● What you should do
Copy exactly the lines of the data below that run from the line holding "#15=CARTESIAN_POINT('',(0.,-19.3,0.));" through the line holding "#23=CARTESIAN_POINT('',(40.,-2.,0.));", both ends included.

(Collected data)
**********
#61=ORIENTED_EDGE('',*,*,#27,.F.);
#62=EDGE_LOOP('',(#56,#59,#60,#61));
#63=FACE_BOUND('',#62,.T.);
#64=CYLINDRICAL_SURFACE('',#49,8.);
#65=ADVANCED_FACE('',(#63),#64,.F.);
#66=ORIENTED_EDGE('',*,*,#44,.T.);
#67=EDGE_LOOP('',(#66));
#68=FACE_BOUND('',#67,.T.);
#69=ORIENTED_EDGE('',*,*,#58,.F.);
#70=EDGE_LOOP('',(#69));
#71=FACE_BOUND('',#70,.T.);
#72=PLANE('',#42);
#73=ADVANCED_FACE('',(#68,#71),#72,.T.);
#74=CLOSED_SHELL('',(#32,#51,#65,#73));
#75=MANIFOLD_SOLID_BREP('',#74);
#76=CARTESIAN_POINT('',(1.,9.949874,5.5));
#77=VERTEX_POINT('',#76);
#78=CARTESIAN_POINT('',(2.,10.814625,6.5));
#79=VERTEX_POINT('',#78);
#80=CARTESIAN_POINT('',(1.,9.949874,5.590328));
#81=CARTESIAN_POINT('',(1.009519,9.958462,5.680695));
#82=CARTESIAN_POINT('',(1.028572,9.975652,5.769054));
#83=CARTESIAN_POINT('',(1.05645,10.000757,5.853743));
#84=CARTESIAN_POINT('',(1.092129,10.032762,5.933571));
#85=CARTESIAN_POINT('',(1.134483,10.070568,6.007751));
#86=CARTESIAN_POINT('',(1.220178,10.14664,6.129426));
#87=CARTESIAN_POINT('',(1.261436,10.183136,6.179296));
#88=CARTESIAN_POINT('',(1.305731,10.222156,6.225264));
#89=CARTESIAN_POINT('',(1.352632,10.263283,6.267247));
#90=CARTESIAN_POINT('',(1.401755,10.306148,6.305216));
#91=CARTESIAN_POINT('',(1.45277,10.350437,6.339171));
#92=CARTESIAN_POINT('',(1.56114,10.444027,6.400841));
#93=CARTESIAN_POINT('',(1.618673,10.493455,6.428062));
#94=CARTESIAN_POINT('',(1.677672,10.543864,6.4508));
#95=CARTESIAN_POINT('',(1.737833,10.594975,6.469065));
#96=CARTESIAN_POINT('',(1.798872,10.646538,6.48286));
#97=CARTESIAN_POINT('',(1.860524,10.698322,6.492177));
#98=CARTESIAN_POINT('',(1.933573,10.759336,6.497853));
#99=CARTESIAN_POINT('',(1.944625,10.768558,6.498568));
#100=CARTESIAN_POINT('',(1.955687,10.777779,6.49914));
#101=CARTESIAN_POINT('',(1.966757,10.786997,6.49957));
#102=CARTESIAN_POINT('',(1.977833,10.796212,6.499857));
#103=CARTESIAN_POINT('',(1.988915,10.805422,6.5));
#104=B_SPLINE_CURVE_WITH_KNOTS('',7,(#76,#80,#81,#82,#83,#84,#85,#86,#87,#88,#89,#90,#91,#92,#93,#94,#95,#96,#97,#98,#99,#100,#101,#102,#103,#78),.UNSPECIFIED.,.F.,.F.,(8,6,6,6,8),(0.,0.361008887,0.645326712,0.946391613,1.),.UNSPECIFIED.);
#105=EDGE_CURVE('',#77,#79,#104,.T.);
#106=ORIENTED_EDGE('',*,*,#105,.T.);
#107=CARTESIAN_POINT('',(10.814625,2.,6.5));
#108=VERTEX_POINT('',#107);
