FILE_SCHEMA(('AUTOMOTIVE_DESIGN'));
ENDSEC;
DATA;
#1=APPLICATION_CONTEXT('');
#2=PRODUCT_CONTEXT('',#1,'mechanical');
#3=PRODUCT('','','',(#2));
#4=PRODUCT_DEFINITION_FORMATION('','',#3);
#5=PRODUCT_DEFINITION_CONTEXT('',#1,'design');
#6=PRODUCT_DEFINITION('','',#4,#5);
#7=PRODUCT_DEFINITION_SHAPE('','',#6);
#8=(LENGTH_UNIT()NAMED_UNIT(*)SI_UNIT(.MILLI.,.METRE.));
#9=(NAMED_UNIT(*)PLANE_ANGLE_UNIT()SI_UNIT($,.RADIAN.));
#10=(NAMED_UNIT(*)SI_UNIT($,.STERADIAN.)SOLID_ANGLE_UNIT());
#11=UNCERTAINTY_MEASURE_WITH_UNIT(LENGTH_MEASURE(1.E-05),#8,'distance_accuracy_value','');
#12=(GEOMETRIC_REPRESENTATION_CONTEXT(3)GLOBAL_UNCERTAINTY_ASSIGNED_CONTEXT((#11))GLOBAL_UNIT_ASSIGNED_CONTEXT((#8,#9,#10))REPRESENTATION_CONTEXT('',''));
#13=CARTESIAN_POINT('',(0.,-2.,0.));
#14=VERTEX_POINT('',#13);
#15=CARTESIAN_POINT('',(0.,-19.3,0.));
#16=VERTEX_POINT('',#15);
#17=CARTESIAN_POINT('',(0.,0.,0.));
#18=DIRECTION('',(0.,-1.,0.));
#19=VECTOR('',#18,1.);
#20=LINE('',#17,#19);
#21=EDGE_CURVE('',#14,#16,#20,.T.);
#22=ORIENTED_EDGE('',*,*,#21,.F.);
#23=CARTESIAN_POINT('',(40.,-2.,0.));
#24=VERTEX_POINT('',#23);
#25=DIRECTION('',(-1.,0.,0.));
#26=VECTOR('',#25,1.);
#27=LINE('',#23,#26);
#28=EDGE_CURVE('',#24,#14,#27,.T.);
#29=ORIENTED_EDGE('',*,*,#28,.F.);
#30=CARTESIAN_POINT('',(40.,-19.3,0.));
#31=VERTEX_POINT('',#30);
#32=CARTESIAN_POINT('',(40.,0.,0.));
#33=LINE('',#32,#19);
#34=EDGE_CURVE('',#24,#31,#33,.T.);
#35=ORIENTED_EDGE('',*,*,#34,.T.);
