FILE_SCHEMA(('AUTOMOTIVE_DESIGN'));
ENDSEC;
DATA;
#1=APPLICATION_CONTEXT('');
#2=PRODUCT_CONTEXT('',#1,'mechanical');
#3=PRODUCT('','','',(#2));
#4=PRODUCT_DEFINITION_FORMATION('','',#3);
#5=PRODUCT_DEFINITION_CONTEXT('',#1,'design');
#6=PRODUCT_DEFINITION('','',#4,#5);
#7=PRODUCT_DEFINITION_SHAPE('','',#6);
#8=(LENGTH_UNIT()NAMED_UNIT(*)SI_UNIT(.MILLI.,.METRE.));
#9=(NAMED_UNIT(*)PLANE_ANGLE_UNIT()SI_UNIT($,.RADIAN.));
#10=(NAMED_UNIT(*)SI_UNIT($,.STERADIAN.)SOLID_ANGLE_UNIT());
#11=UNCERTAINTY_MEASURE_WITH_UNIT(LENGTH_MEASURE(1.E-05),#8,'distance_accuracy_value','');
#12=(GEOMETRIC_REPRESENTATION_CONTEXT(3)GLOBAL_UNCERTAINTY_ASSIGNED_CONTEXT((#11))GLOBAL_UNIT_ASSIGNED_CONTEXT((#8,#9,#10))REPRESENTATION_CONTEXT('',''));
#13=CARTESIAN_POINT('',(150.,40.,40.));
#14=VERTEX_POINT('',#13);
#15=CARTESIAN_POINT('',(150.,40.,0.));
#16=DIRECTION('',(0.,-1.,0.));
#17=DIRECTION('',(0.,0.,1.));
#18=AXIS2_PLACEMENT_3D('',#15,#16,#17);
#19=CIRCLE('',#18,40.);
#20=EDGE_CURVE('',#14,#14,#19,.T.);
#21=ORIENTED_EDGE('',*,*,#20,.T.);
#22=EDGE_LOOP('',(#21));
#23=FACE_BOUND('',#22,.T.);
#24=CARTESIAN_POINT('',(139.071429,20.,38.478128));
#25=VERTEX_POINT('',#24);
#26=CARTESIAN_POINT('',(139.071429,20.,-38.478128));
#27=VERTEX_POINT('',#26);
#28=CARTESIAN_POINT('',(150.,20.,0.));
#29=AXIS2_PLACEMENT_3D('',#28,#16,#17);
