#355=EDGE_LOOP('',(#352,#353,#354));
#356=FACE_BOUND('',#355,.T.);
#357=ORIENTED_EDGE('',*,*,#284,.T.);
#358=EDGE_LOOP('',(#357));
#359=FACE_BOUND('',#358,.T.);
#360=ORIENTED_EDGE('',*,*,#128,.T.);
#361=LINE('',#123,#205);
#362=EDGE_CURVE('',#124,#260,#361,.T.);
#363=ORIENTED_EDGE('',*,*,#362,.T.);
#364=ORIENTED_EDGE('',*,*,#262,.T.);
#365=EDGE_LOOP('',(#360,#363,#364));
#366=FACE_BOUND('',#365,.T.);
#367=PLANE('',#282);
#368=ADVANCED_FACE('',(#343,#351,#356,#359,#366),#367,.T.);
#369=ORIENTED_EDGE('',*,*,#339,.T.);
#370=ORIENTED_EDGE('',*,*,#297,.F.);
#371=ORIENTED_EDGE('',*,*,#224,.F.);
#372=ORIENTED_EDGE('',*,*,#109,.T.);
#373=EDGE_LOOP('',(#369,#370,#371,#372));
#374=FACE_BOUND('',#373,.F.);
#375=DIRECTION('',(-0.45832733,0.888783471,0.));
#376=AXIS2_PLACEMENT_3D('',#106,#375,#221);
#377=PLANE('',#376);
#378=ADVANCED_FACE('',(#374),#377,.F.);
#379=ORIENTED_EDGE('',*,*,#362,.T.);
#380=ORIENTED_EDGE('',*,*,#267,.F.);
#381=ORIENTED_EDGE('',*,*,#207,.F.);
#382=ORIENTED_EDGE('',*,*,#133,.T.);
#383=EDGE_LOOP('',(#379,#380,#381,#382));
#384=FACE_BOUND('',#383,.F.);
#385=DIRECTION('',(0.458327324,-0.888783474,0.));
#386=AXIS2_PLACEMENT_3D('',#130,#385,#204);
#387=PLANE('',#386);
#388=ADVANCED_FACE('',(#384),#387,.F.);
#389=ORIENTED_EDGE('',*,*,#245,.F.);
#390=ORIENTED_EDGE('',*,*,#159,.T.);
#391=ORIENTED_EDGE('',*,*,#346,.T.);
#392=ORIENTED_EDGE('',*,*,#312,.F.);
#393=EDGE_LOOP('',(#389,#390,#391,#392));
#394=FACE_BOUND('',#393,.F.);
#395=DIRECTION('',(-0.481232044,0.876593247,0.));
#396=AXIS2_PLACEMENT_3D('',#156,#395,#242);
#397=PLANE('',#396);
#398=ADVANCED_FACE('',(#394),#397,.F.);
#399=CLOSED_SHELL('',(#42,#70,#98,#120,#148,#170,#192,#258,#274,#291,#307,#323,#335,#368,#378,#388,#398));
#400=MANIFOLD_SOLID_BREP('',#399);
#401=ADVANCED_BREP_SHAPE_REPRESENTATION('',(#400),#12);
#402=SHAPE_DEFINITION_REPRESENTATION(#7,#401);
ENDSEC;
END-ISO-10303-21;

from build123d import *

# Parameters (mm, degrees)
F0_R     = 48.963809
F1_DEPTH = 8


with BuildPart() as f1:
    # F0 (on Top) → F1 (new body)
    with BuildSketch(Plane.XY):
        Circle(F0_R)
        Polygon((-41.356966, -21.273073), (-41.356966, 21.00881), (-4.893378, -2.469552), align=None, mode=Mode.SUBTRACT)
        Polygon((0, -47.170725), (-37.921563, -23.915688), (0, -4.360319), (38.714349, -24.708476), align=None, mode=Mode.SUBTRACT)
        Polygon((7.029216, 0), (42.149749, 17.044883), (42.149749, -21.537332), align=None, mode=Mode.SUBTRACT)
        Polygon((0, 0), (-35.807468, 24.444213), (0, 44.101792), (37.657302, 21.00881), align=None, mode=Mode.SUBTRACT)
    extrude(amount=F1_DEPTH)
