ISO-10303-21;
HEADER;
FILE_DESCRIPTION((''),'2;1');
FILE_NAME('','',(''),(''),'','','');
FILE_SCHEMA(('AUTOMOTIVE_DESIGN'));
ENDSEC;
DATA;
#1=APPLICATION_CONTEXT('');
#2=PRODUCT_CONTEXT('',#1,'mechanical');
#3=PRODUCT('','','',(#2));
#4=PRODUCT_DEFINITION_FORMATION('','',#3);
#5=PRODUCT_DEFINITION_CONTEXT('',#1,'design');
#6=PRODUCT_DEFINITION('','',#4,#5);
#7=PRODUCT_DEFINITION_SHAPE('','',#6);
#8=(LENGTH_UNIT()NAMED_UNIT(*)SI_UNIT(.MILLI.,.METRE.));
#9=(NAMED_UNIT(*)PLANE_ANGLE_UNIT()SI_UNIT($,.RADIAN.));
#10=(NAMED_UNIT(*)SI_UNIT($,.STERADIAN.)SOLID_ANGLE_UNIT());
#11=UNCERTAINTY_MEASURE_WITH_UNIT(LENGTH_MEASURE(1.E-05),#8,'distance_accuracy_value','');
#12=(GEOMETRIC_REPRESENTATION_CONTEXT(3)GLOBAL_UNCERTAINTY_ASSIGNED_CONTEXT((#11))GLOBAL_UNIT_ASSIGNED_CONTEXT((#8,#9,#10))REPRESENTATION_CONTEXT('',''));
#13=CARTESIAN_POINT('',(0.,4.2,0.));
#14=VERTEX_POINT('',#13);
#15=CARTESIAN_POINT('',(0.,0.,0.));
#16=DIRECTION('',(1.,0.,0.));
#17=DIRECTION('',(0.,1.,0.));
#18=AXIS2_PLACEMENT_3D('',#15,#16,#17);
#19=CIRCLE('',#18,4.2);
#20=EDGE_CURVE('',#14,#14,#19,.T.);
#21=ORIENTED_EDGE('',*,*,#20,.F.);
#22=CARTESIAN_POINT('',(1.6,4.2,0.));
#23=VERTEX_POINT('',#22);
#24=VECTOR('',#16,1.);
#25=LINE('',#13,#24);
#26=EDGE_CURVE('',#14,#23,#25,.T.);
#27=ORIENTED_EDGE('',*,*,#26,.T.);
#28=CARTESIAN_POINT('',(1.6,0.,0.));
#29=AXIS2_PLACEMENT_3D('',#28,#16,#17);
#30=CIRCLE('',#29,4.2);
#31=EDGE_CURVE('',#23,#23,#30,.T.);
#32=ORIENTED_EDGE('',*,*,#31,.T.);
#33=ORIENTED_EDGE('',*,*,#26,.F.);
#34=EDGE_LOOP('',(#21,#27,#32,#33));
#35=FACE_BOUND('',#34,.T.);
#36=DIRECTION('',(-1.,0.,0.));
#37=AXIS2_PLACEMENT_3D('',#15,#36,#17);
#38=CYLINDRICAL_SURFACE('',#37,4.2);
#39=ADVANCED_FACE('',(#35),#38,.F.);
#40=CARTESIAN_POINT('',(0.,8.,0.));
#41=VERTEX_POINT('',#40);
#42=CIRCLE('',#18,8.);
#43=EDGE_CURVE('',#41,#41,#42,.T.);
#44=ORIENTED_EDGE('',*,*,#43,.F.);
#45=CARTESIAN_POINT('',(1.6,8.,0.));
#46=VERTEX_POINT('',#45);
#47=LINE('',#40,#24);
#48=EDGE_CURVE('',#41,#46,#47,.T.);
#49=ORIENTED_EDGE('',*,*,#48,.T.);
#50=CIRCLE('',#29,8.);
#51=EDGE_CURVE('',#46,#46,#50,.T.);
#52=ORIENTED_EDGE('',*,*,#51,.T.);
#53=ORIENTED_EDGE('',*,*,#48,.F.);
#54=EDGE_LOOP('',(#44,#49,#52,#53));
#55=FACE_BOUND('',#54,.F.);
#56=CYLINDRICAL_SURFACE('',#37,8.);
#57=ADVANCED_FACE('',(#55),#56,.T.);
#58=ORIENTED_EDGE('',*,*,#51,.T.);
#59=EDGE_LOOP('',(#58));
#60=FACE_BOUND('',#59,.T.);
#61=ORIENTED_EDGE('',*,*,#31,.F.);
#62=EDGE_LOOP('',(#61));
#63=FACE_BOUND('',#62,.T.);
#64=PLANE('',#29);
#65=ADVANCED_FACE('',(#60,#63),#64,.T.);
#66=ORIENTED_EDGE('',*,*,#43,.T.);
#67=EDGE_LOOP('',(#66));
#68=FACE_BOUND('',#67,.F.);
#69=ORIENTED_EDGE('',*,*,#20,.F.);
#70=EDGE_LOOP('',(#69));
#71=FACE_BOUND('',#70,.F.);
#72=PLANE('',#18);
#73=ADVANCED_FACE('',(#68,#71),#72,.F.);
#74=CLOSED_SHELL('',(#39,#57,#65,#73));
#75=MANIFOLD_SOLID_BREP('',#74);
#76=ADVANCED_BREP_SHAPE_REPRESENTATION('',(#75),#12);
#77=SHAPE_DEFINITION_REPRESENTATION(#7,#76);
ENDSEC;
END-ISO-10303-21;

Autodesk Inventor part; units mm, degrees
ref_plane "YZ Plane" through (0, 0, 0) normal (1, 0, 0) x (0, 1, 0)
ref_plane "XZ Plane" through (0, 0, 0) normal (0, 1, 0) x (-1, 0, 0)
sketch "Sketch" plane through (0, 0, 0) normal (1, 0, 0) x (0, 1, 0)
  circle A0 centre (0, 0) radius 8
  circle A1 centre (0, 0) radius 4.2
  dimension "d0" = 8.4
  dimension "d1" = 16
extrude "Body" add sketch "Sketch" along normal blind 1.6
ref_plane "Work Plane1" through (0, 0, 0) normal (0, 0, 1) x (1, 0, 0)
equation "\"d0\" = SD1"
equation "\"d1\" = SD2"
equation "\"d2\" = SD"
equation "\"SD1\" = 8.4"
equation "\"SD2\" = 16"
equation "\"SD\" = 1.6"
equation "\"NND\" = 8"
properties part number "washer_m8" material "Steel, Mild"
**********
● Answer to the problem
#15=CARTESIAN_POINT('',(0.,-19.3,0.));
#16=VERTEX_POINT('',#15);
#17=CARTESIAN_POINT('',(0.,0.,0.));
#18=DIRECTION('',(0.,-1.,0.));
#19=VECTOR('',#18,1.);
#20=LINE('',#17,#19);
#21=EDGE_CURVE('',#14,#16,#20,.T.);
#22=ORIENTED_EDGE('',*,*,#21,.F.);
#23=CARTESIAN_POINT('',(40.,-2.,0.));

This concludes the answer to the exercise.